We introduce an evidence-driven Bayesian formulation of physics-informed neural networks that enables automatic optimization of loss weights between PDE residuals, boundary conditions, and observational data. Unlike existing Bayesian PINN approaches based on sampling or variational inference, the proposed method uses a Laplace approximation to compute model evidence analytically, enabling efficient hyperparameter tuning and model comparison without posterior sampling. We demonstrate the method on the heat, wave, and Burgers' equations, obtaining solutions in agreement with exact or reference results. In the Burgers' equation example, we further show that the framework naturally integrates information from governing equations and noisy measurements, providing predictive uncertainties within a unified Bayesian setting.

Editorial analysis

A structured set of objections, weighed in public.

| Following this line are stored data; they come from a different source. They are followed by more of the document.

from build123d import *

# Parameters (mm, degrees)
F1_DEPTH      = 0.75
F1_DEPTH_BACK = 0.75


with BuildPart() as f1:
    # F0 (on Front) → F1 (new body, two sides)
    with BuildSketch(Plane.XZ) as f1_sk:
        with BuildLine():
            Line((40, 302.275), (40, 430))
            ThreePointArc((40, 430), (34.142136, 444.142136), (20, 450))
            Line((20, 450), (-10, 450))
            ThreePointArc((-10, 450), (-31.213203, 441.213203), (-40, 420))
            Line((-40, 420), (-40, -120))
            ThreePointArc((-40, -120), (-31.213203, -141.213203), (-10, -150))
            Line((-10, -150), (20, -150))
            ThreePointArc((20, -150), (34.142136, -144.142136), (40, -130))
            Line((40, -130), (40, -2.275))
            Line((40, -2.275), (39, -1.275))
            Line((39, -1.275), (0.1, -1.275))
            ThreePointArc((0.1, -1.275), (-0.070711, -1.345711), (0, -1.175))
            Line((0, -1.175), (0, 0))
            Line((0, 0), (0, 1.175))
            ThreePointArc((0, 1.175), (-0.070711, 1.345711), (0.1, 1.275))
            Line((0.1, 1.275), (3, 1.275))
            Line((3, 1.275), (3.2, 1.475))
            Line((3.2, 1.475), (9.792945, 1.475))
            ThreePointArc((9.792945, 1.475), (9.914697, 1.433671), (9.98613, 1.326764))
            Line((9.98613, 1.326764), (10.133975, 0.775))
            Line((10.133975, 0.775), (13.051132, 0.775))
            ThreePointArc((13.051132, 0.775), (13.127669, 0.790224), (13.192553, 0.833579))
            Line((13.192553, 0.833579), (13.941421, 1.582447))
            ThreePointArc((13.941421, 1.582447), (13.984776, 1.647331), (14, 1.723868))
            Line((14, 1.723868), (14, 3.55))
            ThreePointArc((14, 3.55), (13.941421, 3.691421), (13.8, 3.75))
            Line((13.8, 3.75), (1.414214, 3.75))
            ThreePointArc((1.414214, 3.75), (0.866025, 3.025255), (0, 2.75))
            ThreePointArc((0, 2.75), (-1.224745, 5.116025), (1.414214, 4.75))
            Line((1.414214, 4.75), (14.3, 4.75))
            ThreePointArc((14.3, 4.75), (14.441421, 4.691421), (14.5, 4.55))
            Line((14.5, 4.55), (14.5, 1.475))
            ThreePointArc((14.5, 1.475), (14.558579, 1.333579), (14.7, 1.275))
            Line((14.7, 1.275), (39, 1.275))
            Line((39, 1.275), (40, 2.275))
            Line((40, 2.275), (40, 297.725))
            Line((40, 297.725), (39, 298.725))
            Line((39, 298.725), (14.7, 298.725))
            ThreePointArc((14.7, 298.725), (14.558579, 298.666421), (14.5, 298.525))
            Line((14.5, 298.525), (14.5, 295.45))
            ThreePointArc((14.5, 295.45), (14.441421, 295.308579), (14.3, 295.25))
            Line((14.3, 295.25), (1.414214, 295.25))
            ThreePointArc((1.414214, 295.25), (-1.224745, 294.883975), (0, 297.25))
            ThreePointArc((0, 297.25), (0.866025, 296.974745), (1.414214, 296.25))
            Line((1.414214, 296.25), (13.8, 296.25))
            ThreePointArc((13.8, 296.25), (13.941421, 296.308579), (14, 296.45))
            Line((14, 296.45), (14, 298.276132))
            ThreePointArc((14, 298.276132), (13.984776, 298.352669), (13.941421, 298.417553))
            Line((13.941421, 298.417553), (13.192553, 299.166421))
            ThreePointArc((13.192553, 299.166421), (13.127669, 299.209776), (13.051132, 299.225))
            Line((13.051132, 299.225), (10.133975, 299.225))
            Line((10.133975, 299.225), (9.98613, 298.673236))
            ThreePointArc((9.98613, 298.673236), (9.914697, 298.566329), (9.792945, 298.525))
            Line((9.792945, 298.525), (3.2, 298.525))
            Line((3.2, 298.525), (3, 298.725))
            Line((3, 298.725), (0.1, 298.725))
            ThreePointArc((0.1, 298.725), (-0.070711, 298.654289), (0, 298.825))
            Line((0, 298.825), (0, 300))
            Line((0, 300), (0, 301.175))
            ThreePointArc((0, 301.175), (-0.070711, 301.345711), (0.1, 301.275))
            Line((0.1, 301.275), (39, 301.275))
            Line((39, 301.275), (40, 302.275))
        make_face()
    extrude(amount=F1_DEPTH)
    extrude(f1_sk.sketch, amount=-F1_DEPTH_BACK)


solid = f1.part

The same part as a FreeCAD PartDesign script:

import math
import FreeCAD as App
import Part
import Sketcher

V = App.Vector

doc = App.newDocument("Part")
params = doc.addObject("Spreadsheet::Sheet", "Params")
for row, (alias, value) in enumerate([
    ("sketch1_radius", "19.999999 mm"),
    ("sketch1_radius2", "30.000001 mm"),
    ("sketch1_radius3", "0.1 mm"),
    ("sketch1_radius4", "0.199999 mm"),
    ("sketch1_radius5", "1.500002 mm"),
    ("pad1_length", "0.75 mm"),
    ("pad1_length2", "0.75 mm"),
], start=1):
    params.set(f"A{row}", alias)
    params.set(f"B{row}", "=" + value)
    params.setAlias(f"B{row}", alias)

body = doc.addObject("PartDesign::Body", "Body")

sketch1 = body.newObject("Sketcher::SketchObject", "Sketch")
sketch1.AttachmentSupport = (doc.getObject("XZ_Plane"), [""])
sketch1.MapMode = "FlatFace"
sketch1.addGeometry([
    Part.LineSegment(V(40, 302.275, 0), V(40, 430, 0)),
    Part.ArcOfCircle(Part.Circle(V(20.000001, 430.000001, 0), V(0, 0, 1), 19.999999), math.radians(-0.000004), math.radians(90.000004)),
    Part.LineSegment(V(20, 450, 0), V(-10, 450, 0)),
    Part.ArcOfCircle(Part.Circle(V(-9.999999, 419.999999, 0), V(0, 0, 1), 30.000001), math.radians(90.000003), math.radians(179.999997)),
    Part.LineSegment(V(-40, 420, 0), V(-40, -120, 0)),
    Part.ArcOfCircle(Part.Circle(V(-9.999999, -119.999999, 0), V(0, 0, 1), 30.000001), math.radians(-179.999997), math.radians(-90.000003)),
    Part.LineSegment(V(-10, -150, 0), V(20, -150, 0)),
    Part.ArcOfCircle(Part.Circle(V(20.000001, -130.000001, 0), V(0, 0, 1), 19.999999), math.radians(-90.000004), math.radians(0.000004)),
    Part.LineSegment(V(40, -130, 0), V(40, -2.275, 0)),
    Part.LineSegment(V(40, -2.275, 0), V(39, -1.275, 0)),
    Part.LineSegment(V(39, -1.275, 0), V(0.1, -1.275, 0)),
    Part.ArcOfCircle(Part.Circle(V(0, -1.275, 0), V(0, 0, 1), 0.1), math.radians(89.999892), math.radians(360.000108)),
    Part.LineSegment(V(0, -1.175, 0), V(0, 1.175, 0)),
    Part.ArcOfCircle(Part.Circle(V(0, 1.275, 0), V(0, 0, 1), 0.1), math.radians(-0.000108), math.radians(270.000108)),
    Part.LineSegment(V(0.1, 1.275, 0), V(3, 1.275, 0)),
    Part.LineSegment(V(3, 1.275, 0), V(3.2, 1.475, 0)),
    Part.LineSegment(V(3.2, 1.475, 0), V(9.792945, 1.475, 0)),
    Part.ArcOfCircle(Part.Circle(V(9.792945, 1.275001, 0), V(0, 0, 1), 0.199999), math.radians(14.999923), math.radians(90.000101)),
    Part.LineSegment(V(9.98613, 1.326764, 0), V(10.133975, 0.775, 0)),
    Part.LineSegment(V(10.133975, 0.775, 0), V(13.051132, 0.775, 0)),
    Part.ArcOfCircle(Part.Circle(V(13.051134, 0.974994, 0), V(0, 0, 1), 0.199994), math.radians(-90.000486), math.radians(-44.999166)),
    Part.LineSegment(V(13.192553, 0.833579, 0), V(13.941421, 1.582447, 0)),
    Part.ArcOfCircle(Part.Circle(V(13.800006, 1.723866, 0), V(0, 0, 1), 0.199994), math.radians(-45.000834), math.radians(0.000486)),
    Part.LineSegment(V(14, 1.723868, 0), V(14, 3.55, 0)),
    Part.ArcOfCircle(Part.Circle(V(13.799999, 3.549999, 0), V(0, 0, 1), 0.200001), math.radians(0.000348), math.radians(89.999652)),
    Part.LineSegment(V(13.8, 3.75, 0), V(1.414214, 3.75, 0)),
    Part.ArcOfCircle(Part.Circle(V(-0.000001, 4.250002, 0), V(0, 0, 1), 1.500002), math.radians(-89.999971), math.radians(-19.471266)),
    Part.ArcOfCircle(Part.Circle(V(0, 4.25, 0), V(0, 0, 1), 1.5), math.radians(19.471216), math.radians(269.999988)),
    Part.LineSegment(V(1.414214, 4.75, 0), V(14.3, 4.75, 0)),
    Part.ArcOfCircle(Part.Circle(V(14.299999, 4.549999, 0), V(0, 0, 1), 0.200001), math.radians(0.000348), math.radians(89.999652)),
    Part.LineSegment(V(14.5, 4.55, 0), V(14.5, 1.475, 0)),
    Part.ArcOfCircle(Part.Circle(V(14.700001, 1.475001, 0), V(0, 0, 1), 0.200001), math.radians(-179.999652), math.radians(-90.000348)),
    Part.LineSegment(V(14.7, 1.275, 0), V(39, 1.275, 0)),
    Part.LineSegment(V(39, 1.275, 0), V(40, 2.275, 0)),
    Part.LineSegment(V(40, 2.275, 0), V(40, 297.725, 0)),
    Part.LineSegment(V(40, 297.725, 0), V(39, 298.725, 0)),
    Part.LineSegment(V(39, 298.725, 0), V(14.7, 298.725, 0)),
    Part.ArcOfCircle(Part.Circle(V(14.700001, 298.524999, 0), V(0, 0, 1), 0.200001), math.radians(90.000348), math.radians(179.999652)),
    Part.LineSegment(V(14.5, 298.525, 0), V(14.5, 295.45, 0)),
    Part.ArcOfCircle(Part.Circle(V(14.299999, 295.450001, 0), V(0, 0, 1), 0.200001), math.radians(-89.999652), math.radians(-0.000348)),
    Part.LineSegment(V(14.3, 295.25, 0), V(1.414214, 295.25, 0)),
    Part.ArcOfCircle(Part.Circle(V(0, 295.75, 0), V(0, 0, 1), 1.5), math.radians(90.000012), math.radians(340.528784)),
    Part.ArcOfCircle(Part.Circle(V(-0.000001, 295.749998, 0), V(0, 0, 1), 1.500002), math.radians(19.471266), math.radians(89.999971)),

Desk editor's note, referee report, simulated authors' rebuttal, and a circularity audit. Tearing a paper down is the easy half of reading it; the pith above is the substance, this is the friction.

Referee Report

3 major / 2 minor

Summary. The paper introduces an evidence-driven Bayesian formulation of physics-informed neural networks (PINNs) that uses a Laplace approximation to compute the model evidence analytically. This enables automatic optimization of loss weights balancing PDE residuals, boundary conditions, and observational data, without requiring posterior sampling or variational inference. The approach is demonstrated on the heat, wave, and Burgers' equations, where solutions agree with exact or reference results, and uncertainties are produced in a unified setting that integrates governing equations with noisy measurements.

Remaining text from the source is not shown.